DATASET CONTENT below:

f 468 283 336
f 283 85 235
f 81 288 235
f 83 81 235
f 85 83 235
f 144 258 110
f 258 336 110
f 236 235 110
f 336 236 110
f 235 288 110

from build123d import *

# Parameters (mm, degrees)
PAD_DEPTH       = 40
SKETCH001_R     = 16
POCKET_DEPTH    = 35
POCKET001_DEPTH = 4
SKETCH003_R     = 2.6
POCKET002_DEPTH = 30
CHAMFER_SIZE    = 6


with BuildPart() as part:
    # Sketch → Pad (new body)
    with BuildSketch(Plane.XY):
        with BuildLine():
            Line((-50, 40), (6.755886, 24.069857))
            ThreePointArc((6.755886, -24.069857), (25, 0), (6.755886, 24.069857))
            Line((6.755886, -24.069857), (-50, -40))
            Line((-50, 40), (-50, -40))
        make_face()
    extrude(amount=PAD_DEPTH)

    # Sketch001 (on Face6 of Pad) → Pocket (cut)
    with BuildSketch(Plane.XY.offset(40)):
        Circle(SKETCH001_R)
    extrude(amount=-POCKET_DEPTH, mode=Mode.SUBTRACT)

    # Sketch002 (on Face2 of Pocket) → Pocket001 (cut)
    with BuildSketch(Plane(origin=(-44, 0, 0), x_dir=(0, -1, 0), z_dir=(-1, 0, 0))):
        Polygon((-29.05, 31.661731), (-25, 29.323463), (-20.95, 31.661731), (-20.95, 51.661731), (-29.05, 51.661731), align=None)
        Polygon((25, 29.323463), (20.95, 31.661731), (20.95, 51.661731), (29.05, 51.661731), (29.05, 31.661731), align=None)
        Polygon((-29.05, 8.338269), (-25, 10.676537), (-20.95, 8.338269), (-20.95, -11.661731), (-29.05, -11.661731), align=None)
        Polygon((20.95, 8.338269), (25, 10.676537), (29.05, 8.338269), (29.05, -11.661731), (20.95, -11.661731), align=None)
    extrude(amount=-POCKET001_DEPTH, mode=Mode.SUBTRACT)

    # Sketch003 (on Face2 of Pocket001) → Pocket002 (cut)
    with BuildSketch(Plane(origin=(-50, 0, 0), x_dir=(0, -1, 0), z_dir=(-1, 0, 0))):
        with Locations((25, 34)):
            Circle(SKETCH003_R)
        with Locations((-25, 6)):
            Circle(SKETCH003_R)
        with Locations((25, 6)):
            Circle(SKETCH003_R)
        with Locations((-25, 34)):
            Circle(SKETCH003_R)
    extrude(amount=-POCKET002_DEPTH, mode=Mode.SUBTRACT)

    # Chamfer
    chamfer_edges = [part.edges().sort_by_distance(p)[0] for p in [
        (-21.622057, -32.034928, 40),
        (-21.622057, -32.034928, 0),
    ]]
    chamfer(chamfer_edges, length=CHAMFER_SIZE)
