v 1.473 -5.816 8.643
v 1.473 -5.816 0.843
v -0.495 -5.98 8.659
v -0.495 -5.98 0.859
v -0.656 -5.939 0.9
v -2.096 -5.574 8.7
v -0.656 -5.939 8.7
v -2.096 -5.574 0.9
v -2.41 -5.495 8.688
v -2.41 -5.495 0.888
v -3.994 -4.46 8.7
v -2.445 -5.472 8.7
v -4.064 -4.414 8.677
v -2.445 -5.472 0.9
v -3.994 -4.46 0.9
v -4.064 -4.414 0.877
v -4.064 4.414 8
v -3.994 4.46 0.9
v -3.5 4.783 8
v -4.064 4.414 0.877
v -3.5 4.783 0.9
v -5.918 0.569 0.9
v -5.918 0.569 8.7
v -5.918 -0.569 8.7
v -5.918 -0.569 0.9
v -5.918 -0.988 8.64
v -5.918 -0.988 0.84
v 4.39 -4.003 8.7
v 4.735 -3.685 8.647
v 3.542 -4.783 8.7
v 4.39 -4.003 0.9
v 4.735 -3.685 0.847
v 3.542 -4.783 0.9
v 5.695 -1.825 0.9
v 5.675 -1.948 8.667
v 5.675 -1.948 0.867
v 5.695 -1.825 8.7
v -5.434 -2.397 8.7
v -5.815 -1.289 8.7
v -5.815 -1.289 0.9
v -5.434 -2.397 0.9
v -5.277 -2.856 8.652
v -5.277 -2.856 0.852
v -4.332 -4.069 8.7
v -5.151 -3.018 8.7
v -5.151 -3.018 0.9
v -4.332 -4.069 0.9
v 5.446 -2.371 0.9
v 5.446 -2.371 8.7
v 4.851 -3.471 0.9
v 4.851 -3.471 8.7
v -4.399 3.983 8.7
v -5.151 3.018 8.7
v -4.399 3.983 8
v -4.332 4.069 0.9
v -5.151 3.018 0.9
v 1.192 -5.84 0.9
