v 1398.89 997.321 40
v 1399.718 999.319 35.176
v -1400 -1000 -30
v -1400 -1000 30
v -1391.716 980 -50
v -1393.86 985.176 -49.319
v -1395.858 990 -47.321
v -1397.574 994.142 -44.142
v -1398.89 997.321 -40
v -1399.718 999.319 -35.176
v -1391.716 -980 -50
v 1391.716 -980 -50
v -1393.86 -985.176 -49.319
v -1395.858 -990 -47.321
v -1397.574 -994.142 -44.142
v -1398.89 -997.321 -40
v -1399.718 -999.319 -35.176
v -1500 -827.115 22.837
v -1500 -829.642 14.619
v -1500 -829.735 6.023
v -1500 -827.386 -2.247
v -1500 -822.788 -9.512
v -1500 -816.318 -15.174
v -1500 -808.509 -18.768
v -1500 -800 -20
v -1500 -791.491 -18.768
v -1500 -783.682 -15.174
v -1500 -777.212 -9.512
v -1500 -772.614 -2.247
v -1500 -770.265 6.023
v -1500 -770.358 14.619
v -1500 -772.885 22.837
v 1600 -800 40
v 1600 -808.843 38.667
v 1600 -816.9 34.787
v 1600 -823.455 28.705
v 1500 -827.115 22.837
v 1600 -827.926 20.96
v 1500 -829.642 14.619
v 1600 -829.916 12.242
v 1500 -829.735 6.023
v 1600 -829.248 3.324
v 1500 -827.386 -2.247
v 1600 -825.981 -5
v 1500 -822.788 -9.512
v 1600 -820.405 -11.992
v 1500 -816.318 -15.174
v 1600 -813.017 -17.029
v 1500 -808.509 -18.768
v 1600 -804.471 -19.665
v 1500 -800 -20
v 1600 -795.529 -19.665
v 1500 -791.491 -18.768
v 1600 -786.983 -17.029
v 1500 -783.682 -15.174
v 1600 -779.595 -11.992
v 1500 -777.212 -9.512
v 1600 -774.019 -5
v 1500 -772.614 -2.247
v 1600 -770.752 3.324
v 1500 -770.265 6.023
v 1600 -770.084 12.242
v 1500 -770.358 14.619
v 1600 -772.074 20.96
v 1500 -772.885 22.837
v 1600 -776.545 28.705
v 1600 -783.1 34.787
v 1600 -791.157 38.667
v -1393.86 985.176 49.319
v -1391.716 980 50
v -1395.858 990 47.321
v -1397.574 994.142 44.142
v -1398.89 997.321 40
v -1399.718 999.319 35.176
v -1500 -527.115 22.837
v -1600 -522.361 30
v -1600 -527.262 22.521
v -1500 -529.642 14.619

End of DATASET CONTENT.

# ACTIVITY:
Go through the listing above and copy each line in which the string "Plane" is found.

# ANSWER SPACE:
    with BuildSketch(Plane.XY):
    with BuildSketch(Plane.XY.offset(40)):
    with BuildSketch(Plane(origin=(-44, 0, 0), x_dir=(0, -1, 0), z_dir=(-1, 0, 0))):
    with BuildSketch(Plane(origin=(-50, 0, 0), x_dir=(0, -1, 0), z_dir=(-1, 0, 0))):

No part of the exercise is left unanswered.